→ EXERCISE OBJECTIVE:
Here is the task for the records below: repeat exactly the lines from the one with "f 247 250 466" to the one with "ENL_V_MAT_EXTRU_1_DEPTH = 5", both included, and nothing else.
┌──
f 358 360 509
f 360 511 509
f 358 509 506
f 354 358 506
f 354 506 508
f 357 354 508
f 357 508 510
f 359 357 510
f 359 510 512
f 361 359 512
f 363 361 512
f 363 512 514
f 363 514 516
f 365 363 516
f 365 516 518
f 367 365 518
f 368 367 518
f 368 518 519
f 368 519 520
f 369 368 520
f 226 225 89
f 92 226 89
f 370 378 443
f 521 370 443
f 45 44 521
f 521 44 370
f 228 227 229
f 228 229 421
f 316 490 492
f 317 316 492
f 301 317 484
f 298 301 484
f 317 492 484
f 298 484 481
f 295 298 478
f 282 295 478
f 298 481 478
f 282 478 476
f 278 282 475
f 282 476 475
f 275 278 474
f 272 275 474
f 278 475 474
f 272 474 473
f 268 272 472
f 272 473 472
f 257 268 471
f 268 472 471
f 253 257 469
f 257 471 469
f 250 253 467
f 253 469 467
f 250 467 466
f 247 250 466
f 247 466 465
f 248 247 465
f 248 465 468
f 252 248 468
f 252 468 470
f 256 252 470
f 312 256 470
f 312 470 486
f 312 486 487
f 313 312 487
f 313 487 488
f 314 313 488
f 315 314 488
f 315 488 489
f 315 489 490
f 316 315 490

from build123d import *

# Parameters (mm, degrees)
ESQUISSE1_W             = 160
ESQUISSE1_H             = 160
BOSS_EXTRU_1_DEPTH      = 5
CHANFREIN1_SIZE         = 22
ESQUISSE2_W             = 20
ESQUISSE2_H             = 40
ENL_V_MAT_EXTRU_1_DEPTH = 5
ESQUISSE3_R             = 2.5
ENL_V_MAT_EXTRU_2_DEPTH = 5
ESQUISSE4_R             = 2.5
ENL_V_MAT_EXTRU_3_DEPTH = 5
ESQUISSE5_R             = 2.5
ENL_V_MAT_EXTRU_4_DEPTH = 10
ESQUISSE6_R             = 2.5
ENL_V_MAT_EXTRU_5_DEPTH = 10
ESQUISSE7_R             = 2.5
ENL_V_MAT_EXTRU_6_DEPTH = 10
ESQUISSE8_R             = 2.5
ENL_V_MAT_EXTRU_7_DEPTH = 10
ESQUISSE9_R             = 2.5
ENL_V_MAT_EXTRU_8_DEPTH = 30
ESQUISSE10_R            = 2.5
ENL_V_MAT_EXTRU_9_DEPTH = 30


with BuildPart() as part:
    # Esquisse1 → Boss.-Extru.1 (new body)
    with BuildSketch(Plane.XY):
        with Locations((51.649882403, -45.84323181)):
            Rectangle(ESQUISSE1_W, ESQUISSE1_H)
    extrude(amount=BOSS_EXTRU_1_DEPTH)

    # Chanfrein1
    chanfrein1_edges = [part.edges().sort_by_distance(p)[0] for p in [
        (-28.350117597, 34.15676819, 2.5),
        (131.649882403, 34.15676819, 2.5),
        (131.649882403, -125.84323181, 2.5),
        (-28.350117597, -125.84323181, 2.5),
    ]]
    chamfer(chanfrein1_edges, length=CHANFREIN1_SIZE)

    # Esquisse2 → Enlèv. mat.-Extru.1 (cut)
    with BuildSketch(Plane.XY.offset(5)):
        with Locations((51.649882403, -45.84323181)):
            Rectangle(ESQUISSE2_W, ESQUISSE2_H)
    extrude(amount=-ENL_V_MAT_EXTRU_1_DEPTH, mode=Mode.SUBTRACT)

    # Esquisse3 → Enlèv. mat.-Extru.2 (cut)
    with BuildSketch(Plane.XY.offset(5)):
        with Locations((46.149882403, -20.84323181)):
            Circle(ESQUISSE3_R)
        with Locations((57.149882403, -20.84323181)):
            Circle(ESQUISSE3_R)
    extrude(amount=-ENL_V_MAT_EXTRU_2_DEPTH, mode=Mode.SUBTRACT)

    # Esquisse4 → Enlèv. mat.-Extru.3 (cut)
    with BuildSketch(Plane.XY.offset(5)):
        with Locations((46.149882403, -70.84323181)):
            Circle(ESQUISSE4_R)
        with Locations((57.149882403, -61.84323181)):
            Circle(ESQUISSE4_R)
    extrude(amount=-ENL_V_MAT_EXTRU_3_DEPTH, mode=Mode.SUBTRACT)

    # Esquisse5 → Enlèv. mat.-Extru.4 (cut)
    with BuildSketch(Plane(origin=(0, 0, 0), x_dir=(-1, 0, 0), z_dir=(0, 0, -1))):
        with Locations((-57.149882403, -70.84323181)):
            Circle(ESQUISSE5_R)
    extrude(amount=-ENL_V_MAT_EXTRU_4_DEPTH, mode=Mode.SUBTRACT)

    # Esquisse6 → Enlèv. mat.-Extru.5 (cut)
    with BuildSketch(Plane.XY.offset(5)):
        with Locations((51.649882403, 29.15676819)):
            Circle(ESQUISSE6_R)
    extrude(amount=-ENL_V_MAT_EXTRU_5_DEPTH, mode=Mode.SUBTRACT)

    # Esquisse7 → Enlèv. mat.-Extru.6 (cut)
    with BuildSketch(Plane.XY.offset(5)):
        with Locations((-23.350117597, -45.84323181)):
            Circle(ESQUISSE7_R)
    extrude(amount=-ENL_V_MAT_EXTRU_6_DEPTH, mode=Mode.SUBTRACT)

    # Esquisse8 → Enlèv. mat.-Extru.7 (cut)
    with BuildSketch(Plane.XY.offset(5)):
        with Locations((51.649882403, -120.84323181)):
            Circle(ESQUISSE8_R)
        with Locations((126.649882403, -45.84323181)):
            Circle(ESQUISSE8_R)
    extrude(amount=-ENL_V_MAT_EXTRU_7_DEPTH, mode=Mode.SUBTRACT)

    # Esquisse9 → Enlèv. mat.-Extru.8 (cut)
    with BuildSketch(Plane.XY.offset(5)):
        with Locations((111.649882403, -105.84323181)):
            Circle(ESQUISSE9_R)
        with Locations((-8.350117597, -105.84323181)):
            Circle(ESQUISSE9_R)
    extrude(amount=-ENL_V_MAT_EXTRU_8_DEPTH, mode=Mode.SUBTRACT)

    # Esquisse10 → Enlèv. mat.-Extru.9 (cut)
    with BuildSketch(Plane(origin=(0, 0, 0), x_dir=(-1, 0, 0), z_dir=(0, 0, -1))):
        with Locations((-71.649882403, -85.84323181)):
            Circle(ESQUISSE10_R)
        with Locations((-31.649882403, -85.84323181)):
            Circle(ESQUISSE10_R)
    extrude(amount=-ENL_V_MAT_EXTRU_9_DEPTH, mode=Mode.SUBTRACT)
└──
→ SOLUTION FOR THIS EXERCISE:
f 247 250 466
f 247 466 465
f 248 247 465
f 248 465 468
f 252 248 468
f 252 468 470
f 256 252 470
f 312 256 470
f 312 470 486
f 312 486 487
f 313 312 487
f 313 487 488
f 314 313 488
f 315 314 488
f 315 488 489
f 315 489 490
f 316 315 490

from build123d import *

# Parameters (mm, degrees)
ESQUISSE1_W             = 160
ESQUISSE1_H             = 160
BOSS_EXTRU_1_DEPTH      = 5
CHANFREIN1_SIZE         = 22
ESQUISSE2_W             = 20
ESQUISSE2_H             = 40
ENL_V_MAT_EXTRU_1_DEPTH = 5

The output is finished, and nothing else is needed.